● **Problem details**:
Where a line below holds the string "near", copy that line.

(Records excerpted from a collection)
*** Block opens ***

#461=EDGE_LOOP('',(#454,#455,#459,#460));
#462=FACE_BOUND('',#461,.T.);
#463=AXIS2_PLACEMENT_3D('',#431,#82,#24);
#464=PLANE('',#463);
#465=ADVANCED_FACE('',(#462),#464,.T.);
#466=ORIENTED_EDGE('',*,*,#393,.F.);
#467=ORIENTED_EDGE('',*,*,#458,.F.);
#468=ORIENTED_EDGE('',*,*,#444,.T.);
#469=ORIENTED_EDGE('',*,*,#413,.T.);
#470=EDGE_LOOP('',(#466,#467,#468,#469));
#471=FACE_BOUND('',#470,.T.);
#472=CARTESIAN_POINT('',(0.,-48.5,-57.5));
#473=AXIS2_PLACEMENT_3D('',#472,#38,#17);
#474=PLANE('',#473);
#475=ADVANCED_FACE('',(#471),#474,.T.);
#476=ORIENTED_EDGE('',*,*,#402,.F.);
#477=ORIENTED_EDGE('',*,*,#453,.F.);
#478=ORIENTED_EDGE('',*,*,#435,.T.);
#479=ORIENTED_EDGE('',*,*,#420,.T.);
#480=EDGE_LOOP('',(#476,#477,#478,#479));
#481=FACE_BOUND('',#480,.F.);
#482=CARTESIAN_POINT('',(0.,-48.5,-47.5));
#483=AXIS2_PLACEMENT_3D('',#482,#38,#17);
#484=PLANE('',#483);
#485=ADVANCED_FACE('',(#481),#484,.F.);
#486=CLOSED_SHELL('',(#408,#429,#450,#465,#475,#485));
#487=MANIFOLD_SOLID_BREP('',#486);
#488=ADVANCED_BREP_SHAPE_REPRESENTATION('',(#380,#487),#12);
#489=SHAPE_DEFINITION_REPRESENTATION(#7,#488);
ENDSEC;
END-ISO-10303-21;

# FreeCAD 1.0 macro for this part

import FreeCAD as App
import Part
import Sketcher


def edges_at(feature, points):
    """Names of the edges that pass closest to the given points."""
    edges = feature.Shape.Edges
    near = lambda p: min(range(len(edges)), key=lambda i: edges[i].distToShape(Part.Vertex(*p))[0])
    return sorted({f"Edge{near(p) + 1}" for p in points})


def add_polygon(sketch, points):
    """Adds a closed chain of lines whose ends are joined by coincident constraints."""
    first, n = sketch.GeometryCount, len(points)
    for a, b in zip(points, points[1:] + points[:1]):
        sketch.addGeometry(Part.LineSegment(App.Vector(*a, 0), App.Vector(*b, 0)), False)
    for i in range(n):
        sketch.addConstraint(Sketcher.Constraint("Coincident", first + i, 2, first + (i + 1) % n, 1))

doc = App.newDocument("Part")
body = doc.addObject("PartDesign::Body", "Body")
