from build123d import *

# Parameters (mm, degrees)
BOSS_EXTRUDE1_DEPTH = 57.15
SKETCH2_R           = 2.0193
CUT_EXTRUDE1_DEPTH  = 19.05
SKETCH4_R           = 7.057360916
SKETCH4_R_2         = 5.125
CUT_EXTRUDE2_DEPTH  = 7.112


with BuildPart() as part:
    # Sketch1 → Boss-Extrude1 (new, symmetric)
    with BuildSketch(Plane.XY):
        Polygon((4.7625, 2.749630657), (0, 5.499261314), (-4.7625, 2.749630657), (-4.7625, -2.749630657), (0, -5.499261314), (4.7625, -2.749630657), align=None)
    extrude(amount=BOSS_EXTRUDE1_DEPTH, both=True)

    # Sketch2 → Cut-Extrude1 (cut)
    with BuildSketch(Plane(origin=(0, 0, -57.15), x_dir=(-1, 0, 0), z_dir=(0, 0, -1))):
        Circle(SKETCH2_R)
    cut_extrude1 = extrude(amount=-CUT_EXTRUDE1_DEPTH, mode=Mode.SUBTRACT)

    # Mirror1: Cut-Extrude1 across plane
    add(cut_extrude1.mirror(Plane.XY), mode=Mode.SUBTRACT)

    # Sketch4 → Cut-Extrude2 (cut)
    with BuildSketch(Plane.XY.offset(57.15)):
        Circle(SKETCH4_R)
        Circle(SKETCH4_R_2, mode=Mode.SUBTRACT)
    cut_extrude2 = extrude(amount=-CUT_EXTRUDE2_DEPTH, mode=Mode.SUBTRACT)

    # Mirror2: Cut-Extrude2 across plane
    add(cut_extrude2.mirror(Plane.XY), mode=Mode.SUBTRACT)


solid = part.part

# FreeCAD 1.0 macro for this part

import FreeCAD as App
import Part
import Sketcher
from FreeCAD import Vector
Q = App.Units.Quantity

doc = App.newDocument("Part")
body = doc.addObject("PartDesign::Body", "Body")

sketch1 = body.newObject("Sketcher::SketchObject", "Sketch")
sketch1.AttachmentSupport = (doc.getObject("XY_Plane"), [""])
sketch1.MapMode = "FlatFace"
sketch1.addGeometry([
    Part.LineSegment(Vector(5, 3, 0), Vector(0, 5, 0)),
    Part.LineSegment(Vector(0, 5, 0), Vector(-5, 3, 0)),
    Part.LineSegment(Vector(-5, 3, 0), Vector(-5, -3, 0)),
    Part.LineSegment(Vector(-5, -3, 0), Vector(0, -5, 0)),
    Part.LineSegment(Vector(0, -5, 0), Vector(5, -3, 0)),
    Part.LineSegment(Vector(5, -3, 0), Vector(5, 3, 0)),
], False)
sketch1.addConstraint([
    Sketcher.Constraint("Coincident", 0, 2, 1, 1),
    Sketcher.Constraint("Coincident", 1, 2, 2, 1),
    Sketcher.Constraint("Coincident", 2, 2, 3, 1),
    Sketcher.Constraint("Coincident", 3, 2, 4, 1),
    Sketcher.Constraint("Coincident", 4, 2, 5, 1),
    Sketcher.Constraint("Coincident", 5, 2, 0, 1),
    Sketcher.Constraint("Vertical", 2),
    Sketcher.Constraint("Vertical", 5),
    Sketcher.Constraint("Symmetric", 0, 2, 3, 2, -1, 1),
    Sketcher.Constraint("Symmetric", 1, 2, 4, 2, -1, 1),
    Sketcher.Constraint("PointOnObject", 0, 2, -2),
    Sketcher.Constraint("Parallel", 0, 3),
    Sketcher.Constraint("Horizontal", 2, 2, 4, 2),
    Sketcher.Constraint("Angle", 0, Q("150 deg")),
    Sketcher.Constraint("DistanceX", 1, 2, -1, 1, Q("0.1875 in")),
    Sketcher.Constraint("DistanceY", 2, 2, 2, 1, 5.499261),
])
pad1 = body.newObject("PartDesign::Pad", "Pad")
pad1.Profile = sketch1
pad1.Length = Q("4.5 in")
pad1.Midplane = True

sketch2 = body.newObject("Sketcher::SketchObject", "Sketch001")
sketch2.AttachmentSupport = (doc.getObject("XY_Plane"), [""])
sketch2.MapMode = "FlatFace"
sketch2.AttachmentOffset = App.Placement(Vector(0, 0, -2.25 * 25.4), App.Rotation())
sketch2.addGeometry(Part.Circle(Vector(0, 0, 0), Vector(0, 0, 1), 2), False)
sketch2.addConstraint([
    Sketcher.Constraint("Coincident", 0, 3, -1, 1),
    Sketcher.Constraint("Diameter", 0, Q("0.159 in")),
])
pocket1 = body.newObject("PartDesign::Pocket", "Pocket")
pocket1.Profile = sketch2
pocket1.Length = Q("0.75 in")
pocket1.Reversed = True
doc.recompute()

mirrored = body.newObject("PartDesign::Mirrored", "Mirrored")
mirrored.Originals = [pocket1]
mirrored.MirrorPlane = (doc.getObject("XY_Plane"), [""])
body.Tip = mirrored

sketch3 = body.newObject("Sketcher::SketchObject", "Sketch002")
sketch3.AttachmentSupport = (doc.getObject("XY_Plane"), [""])
sketch3.MapMode = "FlatFace"
sketch3.AttachmentOffset = App.Placement(Vector(0, 0, 2.25 * 25.4), App.Rotation())
sketch3.addGeometry([
    Part.Circle(Vector(0, 0, 0), Vector(0, 0, 1), 7),
    Part.Circle(Vector(0, 0, 0), Vector(0, 0, 1), 5),
], False)
sketch3.addConstraint([
    Sketcher.Constraint("Coincident", 0, 3, -1, 1),
    Sketcher.Constraint("Coincident", 1, 3, -1, 1),
    Sketcher.Constraint("Diameter", 1, 10.25),
    Sketcher.Constraint("Diameter", 0, 14.114722),
])
pocket2 = body.newObject("PartDesign::Pocket", "Pocket001")
pocket2.Profile = sketch3
pocket2.Length = Q("0.28 in")
doc.recompute()

mirrored2 = body.newObject("PartDesign::Mirrored", "Mirrored001")
mirrored2.Originals = [pocket2]
mirrored2.MirrorPlane = (doc.getObject("XY_Plane"), [""])
body.Tip = mirrored2

doc.recompute()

*** Block closes ***

● **Task response**:
    near = lambda p: min(range(len(edges)), key=lambda i: edges[i].distToShape(Part.Vertex(*p))[0])
    return sorted({f"Edge{near(p) + 1}" for p in points})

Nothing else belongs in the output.